**** Material for this task ****

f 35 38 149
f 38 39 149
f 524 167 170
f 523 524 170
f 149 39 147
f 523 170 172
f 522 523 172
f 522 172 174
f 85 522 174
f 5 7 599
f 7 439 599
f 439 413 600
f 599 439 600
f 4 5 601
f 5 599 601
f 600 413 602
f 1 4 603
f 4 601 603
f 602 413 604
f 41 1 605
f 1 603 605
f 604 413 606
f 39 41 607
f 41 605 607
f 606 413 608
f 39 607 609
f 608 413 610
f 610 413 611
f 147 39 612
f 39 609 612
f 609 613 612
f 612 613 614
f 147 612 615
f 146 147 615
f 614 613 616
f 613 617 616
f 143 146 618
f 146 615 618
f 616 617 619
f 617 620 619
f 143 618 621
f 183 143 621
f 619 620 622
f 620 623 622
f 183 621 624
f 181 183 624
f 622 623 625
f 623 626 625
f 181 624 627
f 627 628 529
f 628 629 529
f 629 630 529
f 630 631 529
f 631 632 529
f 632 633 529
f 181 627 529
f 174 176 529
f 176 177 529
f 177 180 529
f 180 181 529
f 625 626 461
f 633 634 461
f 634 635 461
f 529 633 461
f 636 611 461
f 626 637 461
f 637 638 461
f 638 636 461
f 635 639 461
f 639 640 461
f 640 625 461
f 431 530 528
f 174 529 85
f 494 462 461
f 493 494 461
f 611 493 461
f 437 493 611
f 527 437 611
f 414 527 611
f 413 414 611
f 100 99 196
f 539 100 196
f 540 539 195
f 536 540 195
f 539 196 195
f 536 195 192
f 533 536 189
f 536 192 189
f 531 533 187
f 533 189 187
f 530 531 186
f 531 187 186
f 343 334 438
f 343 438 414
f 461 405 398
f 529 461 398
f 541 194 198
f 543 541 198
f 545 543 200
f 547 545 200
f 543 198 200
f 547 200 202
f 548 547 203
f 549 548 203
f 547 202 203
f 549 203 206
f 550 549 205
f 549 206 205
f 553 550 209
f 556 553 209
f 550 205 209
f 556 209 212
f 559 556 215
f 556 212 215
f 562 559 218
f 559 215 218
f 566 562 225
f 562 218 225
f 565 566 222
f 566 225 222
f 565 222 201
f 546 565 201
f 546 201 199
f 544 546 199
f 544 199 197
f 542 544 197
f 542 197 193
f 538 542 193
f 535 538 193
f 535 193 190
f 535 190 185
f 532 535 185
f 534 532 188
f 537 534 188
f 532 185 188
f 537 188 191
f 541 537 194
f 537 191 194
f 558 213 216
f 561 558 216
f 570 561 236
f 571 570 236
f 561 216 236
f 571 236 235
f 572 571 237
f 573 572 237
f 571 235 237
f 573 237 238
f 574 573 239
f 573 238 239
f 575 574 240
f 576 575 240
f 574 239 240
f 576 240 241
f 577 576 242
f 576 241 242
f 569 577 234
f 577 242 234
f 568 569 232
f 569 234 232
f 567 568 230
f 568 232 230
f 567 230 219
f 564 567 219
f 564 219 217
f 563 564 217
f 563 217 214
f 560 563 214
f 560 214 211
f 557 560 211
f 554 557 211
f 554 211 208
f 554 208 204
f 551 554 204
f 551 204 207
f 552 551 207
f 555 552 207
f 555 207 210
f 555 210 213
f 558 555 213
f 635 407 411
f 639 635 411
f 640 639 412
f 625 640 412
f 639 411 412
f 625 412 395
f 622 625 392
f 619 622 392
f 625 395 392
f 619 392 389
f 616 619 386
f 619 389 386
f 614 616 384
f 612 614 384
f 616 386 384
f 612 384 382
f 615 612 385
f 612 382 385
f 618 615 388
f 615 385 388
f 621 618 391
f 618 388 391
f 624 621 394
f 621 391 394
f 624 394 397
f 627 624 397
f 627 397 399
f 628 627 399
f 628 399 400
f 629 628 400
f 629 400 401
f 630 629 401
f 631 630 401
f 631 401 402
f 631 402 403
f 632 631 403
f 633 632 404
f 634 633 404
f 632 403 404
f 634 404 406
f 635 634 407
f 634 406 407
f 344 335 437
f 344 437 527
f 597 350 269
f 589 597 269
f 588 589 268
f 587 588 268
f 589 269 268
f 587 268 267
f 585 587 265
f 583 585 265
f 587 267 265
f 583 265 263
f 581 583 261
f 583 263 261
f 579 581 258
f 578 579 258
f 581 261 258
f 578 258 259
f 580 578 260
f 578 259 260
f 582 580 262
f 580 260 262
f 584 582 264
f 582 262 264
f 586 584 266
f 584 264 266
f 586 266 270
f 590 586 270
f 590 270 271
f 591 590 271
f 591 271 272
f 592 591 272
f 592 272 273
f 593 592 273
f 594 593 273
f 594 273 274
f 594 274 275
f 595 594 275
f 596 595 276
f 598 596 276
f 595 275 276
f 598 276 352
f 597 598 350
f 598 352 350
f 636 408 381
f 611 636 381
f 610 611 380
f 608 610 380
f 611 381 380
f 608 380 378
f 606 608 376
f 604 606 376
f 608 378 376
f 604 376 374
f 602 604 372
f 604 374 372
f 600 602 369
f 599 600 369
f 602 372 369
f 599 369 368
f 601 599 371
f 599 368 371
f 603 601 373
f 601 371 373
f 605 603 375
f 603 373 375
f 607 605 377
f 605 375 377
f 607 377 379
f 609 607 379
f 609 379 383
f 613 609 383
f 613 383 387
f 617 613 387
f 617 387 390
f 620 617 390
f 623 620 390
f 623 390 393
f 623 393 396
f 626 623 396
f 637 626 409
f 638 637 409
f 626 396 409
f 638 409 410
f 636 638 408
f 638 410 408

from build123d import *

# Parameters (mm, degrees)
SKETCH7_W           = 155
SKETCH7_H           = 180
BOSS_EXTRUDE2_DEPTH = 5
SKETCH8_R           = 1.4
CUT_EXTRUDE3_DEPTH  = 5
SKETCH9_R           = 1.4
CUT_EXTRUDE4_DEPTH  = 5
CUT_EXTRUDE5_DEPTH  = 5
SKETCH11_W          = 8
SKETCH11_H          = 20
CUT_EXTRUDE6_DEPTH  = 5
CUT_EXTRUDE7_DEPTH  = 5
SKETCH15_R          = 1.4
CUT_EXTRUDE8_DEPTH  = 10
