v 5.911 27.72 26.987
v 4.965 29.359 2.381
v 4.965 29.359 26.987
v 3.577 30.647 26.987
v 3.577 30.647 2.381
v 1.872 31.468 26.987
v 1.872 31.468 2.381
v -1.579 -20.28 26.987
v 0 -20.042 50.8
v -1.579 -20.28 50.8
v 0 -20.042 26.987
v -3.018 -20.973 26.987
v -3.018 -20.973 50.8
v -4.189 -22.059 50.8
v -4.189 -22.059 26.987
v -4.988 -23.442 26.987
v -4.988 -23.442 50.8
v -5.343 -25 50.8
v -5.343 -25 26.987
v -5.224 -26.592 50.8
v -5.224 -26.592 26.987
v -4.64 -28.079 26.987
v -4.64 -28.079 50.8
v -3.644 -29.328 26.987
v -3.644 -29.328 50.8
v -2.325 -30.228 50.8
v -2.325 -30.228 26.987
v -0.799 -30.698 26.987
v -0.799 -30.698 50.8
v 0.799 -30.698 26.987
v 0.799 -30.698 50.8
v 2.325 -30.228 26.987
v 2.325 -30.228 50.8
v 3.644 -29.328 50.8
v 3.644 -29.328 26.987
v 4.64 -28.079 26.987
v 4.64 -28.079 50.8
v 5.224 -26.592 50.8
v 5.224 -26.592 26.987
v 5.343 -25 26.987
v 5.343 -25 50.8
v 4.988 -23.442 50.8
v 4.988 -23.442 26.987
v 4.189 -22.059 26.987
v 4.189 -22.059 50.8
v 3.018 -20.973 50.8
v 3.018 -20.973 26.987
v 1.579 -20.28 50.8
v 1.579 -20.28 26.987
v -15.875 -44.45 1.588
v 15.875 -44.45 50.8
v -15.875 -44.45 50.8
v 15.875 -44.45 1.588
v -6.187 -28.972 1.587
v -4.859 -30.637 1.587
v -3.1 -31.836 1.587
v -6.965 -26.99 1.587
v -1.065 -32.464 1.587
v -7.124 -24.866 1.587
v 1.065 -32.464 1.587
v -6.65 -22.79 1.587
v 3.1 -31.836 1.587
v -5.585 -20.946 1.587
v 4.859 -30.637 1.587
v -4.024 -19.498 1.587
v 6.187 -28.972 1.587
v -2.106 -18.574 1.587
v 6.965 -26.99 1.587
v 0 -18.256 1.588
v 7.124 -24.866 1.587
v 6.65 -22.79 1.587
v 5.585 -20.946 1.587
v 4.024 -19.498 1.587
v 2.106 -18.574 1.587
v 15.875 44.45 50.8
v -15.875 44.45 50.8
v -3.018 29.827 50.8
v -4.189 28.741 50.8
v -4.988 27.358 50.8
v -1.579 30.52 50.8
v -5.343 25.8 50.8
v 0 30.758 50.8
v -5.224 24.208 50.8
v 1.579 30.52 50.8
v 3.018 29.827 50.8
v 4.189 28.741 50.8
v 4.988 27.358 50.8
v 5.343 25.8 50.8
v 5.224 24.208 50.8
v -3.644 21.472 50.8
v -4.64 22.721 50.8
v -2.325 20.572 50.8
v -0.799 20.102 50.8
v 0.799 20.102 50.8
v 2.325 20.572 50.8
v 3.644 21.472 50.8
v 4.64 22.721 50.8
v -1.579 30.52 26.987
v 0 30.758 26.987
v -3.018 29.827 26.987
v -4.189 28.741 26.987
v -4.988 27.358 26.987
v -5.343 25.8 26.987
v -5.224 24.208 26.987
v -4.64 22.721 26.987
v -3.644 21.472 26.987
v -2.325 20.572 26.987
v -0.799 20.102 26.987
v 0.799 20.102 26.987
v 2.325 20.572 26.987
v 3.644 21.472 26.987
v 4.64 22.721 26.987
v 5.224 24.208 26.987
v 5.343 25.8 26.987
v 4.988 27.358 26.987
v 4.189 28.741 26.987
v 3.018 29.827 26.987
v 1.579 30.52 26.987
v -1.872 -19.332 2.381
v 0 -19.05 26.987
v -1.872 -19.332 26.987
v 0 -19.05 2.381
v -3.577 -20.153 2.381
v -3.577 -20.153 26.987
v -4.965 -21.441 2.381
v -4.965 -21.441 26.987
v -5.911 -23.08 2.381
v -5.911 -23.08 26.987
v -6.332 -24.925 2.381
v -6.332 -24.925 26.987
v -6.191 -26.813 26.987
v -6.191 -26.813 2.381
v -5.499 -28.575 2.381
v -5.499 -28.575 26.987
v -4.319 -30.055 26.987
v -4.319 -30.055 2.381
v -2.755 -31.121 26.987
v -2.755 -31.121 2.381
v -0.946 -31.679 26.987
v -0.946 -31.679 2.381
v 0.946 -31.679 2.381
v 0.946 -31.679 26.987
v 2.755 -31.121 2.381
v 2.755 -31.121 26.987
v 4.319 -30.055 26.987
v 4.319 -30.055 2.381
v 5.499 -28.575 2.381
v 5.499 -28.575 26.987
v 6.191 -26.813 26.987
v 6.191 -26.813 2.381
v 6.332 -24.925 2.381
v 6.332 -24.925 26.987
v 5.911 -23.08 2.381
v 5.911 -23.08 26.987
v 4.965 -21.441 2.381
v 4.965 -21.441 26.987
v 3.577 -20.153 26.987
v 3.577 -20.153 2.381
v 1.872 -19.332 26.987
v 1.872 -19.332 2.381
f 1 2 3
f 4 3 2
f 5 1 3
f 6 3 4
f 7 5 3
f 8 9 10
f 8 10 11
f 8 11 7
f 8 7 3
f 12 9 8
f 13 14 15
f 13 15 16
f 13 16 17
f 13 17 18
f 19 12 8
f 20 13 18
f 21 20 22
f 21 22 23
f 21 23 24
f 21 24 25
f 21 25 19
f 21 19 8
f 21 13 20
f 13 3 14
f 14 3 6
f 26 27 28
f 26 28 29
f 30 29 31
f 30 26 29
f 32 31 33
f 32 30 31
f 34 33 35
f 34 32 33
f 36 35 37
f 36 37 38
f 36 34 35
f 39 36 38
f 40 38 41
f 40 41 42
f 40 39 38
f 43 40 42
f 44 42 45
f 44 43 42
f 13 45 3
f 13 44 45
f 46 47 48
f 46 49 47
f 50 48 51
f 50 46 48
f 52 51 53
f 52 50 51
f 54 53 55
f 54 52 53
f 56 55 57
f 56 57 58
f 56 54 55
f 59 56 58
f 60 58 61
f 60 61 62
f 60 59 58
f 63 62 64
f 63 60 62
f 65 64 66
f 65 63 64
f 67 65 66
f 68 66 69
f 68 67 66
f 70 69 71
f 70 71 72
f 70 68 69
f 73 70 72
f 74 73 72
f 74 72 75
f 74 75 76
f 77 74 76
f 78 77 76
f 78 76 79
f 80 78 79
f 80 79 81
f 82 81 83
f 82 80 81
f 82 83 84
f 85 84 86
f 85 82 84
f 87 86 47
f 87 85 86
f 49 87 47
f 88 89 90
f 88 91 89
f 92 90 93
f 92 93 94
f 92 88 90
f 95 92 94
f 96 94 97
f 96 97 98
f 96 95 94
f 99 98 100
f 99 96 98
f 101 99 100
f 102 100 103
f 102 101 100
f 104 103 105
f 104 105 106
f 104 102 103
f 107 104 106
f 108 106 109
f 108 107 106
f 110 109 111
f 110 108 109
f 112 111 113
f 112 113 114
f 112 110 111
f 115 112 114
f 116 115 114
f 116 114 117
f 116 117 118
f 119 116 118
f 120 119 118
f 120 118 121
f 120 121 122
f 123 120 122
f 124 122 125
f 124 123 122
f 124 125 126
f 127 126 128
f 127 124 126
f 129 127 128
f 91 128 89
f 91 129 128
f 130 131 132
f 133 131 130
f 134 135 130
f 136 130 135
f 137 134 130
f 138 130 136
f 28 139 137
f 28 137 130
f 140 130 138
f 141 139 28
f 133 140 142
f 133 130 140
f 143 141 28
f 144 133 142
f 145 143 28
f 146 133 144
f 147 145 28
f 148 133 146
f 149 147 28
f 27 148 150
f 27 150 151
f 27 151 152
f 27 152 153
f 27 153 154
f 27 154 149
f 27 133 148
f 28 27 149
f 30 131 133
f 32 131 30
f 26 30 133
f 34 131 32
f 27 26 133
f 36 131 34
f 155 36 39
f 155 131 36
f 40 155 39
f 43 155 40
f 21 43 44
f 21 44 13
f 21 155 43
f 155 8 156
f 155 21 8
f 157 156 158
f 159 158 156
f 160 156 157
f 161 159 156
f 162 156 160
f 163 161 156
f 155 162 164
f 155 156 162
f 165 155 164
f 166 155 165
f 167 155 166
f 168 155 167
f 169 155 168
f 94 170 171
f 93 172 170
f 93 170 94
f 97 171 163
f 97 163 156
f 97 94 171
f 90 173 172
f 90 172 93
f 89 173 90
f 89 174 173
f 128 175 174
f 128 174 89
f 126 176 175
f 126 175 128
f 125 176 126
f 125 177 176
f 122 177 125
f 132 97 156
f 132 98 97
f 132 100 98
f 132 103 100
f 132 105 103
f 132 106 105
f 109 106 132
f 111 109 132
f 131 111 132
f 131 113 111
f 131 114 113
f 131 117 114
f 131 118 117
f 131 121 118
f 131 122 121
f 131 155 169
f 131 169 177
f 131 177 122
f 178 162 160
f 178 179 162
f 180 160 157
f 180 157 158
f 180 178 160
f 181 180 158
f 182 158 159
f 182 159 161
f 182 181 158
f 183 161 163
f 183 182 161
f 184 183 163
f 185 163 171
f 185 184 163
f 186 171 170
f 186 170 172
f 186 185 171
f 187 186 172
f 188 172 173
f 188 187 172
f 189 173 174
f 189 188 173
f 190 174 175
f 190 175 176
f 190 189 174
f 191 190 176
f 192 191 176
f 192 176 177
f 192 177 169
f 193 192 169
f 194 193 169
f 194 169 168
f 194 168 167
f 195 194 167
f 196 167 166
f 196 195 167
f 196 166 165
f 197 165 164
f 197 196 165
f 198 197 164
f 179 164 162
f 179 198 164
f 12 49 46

****

> _What this task involves_
Exactly the lines above from the one with "f 523 524 170" to the one with "f 632 633 529", both included, are to be quoted; leave the rest out.

> _The answer_
f 523 524 170
f 149 39 147
f 523 170 172
f 522 523 172
f 522 172 174
f 85 522 174
f 5 7 599
f 7 439 599
f 439 413 600
f 599 439 600
f 4 5 601
f 5 599 601
f 600 413 602
f 1 4 603
f 4 601 603
f 602 413 604
f 41 1 605
f 1 603 605
f 604 413 606
f 39 41 607
f 41 605 607
f 606 413 608
f 39 607 609
f 608 413 610
f 610 413 611
f 147 39 612
f 39 609 612
f 609 613 612
f 612 613 614
f 147 612 615
f 146 147 615
f 614 613 616
f 613 617 616
f 143 146 618
f 146 615 618
f 616 617 619
f 617 620 619
f 143 618 621
f 183 143 621
f 619 620 622
f 620 623 622
f 183 621 624
f 181 183 624
f 622 623 625
f 623 626 625
f 181 624 627
f 627 628 529
f 628 629 529
f 629 630 529
f 630 631 529
f 631 632 529
f 632 633 529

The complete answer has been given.